--- Records supplied ---
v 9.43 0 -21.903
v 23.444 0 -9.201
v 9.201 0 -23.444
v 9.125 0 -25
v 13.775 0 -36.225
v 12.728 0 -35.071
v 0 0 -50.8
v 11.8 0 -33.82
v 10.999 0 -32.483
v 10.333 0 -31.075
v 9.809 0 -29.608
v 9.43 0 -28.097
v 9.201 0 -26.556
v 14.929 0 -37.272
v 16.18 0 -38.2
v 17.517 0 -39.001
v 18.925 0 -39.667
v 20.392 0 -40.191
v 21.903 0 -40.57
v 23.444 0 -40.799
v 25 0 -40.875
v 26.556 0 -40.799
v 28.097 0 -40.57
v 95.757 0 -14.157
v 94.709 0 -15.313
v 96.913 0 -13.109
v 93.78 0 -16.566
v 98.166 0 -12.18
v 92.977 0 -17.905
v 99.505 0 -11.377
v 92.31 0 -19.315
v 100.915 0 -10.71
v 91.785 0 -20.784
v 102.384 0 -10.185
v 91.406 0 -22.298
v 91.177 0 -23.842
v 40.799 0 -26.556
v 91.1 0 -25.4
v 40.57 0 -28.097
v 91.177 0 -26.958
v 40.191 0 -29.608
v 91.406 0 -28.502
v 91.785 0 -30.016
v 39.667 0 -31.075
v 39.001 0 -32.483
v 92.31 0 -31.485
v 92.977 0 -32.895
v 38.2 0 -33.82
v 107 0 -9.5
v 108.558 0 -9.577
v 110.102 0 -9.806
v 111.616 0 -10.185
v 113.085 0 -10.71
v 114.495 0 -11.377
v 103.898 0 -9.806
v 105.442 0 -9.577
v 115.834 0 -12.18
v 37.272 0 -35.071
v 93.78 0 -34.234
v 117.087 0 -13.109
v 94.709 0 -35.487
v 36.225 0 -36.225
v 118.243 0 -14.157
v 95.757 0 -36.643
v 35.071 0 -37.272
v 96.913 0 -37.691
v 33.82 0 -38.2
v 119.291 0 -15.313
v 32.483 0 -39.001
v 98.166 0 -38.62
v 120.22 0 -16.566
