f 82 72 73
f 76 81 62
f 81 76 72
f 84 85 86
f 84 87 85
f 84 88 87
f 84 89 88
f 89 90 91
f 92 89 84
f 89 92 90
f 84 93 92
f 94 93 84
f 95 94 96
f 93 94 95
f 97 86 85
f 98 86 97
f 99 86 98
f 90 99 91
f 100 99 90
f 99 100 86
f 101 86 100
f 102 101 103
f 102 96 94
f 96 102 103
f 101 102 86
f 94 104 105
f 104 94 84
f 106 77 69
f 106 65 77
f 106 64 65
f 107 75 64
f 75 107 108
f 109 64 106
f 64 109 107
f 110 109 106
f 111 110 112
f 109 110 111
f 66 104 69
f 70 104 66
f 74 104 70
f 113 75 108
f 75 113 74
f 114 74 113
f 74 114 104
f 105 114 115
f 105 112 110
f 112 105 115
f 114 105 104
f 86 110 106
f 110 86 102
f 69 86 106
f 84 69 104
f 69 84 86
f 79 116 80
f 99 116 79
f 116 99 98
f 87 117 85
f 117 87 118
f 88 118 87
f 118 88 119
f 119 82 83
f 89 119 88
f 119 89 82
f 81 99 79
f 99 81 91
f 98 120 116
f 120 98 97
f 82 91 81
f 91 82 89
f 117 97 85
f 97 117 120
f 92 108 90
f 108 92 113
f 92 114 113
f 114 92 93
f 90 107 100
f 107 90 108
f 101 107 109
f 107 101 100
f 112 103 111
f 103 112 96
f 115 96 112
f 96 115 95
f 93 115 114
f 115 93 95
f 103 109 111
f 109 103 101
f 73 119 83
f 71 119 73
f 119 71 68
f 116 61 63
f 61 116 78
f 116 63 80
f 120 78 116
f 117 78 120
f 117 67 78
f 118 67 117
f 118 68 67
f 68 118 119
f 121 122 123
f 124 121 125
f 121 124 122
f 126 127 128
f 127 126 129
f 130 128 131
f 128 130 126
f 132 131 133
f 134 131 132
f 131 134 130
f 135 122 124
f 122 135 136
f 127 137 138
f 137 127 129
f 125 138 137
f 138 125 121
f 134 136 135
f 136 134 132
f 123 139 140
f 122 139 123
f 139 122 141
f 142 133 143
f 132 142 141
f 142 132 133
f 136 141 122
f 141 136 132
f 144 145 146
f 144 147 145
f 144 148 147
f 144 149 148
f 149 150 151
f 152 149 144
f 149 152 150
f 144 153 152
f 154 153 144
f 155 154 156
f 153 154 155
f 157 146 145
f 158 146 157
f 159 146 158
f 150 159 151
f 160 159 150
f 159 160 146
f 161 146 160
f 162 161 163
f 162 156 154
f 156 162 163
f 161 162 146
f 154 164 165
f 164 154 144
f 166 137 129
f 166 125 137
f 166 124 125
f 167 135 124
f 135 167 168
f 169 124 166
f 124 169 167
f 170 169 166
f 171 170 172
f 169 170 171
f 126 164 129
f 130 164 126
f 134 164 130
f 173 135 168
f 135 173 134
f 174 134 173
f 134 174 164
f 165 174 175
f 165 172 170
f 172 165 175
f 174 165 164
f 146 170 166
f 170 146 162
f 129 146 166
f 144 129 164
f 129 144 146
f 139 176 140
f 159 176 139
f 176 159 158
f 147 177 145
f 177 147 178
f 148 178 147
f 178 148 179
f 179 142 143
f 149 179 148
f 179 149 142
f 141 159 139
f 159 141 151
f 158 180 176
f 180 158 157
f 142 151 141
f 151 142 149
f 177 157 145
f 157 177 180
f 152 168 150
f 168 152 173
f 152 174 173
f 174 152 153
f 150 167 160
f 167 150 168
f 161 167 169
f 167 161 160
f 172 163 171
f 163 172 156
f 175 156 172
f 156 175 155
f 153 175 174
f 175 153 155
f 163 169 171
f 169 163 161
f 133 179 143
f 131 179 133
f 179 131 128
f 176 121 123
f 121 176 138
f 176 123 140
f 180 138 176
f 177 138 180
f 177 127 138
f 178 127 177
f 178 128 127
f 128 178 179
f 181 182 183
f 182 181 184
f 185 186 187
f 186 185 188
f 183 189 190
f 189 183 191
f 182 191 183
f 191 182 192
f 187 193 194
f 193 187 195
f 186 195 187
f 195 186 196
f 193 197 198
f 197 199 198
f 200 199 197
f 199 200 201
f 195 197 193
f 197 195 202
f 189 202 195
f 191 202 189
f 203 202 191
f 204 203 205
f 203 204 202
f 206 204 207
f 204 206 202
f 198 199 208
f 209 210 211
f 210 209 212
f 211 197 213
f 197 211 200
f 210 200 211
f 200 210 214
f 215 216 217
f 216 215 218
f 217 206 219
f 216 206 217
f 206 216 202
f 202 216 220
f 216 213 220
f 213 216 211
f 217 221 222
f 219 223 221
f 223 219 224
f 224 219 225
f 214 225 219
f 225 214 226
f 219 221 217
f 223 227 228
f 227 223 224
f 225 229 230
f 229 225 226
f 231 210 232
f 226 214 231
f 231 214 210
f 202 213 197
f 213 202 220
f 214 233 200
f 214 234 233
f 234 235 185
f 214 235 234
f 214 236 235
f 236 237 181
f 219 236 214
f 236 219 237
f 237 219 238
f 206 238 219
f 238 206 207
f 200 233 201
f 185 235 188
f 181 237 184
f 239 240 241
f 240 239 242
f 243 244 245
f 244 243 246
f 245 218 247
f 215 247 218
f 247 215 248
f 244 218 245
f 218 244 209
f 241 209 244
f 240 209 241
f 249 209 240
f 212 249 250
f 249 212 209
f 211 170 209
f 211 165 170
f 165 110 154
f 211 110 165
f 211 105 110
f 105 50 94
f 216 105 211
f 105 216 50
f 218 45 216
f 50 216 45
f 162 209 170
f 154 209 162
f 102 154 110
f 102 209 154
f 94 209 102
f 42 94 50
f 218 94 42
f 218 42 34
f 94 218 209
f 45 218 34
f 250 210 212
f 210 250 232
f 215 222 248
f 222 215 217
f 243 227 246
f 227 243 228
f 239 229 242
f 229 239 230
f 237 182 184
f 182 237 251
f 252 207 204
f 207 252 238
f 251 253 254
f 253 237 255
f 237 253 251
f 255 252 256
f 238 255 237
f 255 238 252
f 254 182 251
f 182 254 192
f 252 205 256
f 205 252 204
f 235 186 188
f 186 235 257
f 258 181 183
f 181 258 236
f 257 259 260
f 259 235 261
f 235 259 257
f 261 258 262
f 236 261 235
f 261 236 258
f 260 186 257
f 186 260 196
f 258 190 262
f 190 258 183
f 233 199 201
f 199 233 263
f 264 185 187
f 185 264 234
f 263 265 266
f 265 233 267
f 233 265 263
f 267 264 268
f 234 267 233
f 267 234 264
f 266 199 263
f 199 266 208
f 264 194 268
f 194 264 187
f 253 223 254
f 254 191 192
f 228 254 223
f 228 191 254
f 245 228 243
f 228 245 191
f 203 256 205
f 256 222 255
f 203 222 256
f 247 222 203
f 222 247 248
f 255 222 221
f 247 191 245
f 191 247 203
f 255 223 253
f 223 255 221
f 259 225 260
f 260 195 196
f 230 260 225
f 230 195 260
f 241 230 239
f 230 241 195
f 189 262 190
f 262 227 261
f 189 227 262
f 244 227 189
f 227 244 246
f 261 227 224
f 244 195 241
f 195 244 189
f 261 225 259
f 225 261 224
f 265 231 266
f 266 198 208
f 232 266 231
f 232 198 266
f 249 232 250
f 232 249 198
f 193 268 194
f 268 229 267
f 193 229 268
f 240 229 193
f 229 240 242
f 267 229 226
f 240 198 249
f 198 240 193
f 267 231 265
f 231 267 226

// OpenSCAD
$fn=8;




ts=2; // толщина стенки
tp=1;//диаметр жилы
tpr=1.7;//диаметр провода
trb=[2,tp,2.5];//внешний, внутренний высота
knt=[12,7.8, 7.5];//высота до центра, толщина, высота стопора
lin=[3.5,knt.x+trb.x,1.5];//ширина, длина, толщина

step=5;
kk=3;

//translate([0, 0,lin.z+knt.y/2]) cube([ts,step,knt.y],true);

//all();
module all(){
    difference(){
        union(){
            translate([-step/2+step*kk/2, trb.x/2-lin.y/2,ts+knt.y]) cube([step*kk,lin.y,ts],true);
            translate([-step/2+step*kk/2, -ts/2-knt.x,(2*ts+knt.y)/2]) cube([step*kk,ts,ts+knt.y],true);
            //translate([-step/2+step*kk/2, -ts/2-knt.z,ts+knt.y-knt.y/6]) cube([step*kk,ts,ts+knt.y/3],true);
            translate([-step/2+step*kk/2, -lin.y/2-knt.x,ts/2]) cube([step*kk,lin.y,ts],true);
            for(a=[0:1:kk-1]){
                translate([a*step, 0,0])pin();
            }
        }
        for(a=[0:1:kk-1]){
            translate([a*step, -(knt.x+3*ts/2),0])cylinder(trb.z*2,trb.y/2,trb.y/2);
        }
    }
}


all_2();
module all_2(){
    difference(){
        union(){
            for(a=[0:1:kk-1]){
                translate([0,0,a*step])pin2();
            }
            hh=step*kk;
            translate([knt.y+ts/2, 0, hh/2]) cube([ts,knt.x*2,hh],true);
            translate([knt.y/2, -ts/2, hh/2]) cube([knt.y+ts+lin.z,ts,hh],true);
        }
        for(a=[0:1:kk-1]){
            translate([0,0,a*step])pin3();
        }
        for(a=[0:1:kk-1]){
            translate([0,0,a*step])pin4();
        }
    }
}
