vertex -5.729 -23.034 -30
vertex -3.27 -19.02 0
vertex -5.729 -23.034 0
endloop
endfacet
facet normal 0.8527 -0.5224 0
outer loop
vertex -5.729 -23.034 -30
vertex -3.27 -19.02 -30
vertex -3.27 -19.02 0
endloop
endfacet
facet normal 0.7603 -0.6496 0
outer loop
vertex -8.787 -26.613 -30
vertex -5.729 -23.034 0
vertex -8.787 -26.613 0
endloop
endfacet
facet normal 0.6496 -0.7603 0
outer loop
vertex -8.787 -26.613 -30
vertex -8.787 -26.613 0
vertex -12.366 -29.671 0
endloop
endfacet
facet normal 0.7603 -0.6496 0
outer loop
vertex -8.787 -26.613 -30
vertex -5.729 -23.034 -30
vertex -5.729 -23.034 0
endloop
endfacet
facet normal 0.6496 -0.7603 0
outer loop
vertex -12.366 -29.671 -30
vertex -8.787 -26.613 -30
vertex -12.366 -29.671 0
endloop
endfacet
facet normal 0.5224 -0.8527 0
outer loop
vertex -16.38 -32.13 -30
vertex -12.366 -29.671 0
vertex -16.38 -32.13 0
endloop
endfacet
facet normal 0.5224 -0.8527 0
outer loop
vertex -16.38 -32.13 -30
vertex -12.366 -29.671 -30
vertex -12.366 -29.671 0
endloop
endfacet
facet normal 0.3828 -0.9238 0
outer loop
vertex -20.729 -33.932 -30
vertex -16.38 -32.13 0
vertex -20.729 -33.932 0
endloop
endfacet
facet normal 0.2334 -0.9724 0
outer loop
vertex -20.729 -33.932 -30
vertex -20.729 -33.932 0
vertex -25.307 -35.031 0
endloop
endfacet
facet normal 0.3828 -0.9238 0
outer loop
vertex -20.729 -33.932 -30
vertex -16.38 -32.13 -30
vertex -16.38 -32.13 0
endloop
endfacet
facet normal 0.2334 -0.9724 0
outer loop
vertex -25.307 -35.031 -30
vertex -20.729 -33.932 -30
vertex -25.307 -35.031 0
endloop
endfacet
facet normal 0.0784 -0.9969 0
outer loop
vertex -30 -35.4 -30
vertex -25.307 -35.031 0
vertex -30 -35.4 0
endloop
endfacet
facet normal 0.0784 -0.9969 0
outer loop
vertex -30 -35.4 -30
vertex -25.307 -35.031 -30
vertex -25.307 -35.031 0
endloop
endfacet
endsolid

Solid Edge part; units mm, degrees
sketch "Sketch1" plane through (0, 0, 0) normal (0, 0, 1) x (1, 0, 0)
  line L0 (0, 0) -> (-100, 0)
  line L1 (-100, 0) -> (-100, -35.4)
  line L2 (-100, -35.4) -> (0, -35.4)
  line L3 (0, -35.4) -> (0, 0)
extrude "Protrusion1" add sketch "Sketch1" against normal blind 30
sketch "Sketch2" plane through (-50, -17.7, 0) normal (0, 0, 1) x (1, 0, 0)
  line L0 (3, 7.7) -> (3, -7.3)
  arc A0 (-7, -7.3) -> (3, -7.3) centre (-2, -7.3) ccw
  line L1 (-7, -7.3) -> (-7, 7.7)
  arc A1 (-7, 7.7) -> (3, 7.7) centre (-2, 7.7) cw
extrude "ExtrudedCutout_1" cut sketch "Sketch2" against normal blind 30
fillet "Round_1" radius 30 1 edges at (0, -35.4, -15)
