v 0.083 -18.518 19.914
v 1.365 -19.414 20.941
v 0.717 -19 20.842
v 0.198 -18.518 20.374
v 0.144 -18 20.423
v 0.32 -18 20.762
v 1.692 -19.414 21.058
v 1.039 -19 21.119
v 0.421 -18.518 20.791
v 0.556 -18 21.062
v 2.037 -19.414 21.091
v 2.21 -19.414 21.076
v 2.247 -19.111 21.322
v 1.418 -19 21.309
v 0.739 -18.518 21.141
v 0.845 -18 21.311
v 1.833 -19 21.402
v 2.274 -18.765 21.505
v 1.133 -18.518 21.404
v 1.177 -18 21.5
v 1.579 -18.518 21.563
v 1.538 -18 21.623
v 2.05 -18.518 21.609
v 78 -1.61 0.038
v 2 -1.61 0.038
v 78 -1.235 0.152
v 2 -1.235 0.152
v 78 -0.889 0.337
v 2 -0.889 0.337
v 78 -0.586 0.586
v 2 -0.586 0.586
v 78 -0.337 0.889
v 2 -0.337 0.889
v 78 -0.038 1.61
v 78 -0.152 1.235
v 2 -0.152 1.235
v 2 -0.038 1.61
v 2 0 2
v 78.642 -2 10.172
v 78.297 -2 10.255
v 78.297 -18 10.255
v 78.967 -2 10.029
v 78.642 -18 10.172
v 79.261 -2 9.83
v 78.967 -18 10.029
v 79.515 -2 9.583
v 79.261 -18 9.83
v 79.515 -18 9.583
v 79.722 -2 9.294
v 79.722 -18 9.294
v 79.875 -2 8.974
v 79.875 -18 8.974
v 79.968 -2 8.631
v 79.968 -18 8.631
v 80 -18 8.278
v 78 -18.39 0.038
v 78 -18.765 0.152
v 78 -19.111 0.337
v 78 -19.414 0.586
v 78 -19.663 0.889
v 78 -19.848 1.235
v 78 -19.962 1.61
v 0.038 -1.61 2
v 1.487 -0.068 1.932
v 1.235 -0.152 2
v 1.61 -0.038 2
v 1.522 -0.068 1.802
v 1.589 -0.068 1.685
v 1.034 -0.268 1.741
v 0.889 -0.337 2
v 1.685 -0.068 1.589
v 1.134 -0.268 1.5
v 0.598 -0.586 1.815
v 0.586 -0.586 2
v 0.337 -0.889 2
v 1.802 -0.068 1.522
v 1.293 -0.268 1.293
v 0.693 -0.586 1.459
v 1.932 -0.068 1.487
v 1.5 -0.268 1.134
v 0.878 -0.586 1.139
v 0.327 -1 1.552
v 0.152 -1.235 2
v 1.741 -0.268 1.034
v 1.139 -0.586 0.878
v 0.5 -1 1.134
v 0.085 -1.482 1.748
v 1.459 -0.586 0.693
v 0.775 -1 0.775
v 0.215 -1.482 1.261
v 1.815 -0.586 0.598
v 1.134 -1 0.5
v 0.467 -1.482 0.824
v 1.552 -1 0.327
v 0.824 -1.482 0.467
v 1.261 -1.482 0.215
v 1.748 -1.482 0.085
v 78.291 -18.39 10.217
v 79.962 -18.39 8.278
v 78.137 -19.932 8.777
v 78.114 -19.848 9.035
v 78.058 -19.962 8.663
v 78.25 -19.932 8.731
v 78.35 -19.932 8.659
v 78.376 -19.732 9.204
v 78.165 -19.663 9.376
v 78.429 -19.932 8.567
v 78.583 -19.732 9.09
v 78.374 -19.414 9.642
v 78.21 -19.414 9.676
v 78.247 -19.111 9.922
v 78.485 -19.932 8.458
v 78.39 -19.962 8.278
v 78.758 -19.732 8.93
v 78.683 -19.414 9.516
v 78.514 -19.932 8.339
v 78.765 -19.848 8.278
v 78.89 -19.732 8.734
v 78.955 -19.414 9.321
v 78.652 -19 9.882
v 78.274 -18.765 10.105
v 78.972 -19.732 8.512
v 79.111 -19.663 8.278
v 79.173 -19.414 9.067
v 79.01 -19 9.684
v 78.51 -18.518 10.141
---
What you have to do -> Only the lines above from the one with "f 244 218 245" up to and including the one with "f 215 222 248" should be repeated, exactly as written.

Expected answer ->
f 244 218 245
f 218 244 209
f 241 209 244
f 240 209 241
f 249 209 240
f 212 249 250
f 249 212 209
f 211 170 209
f 211 165 170
f 165 110 154
f 211 110 165
f 211 105 110
f 105 50 94
f 216 105 211
f 105 216 50
f 218 45 216
f 50 216 45
f 162 209 170
f 154 209 162
f 102 154 110
f 102 209 154
f 94 209 102
f 42 94 50
f 218 94 42
f 218 42 34
f 94 218 209
f 45 218 34
f 250 210 212
f 210 250 232
f 215 222 248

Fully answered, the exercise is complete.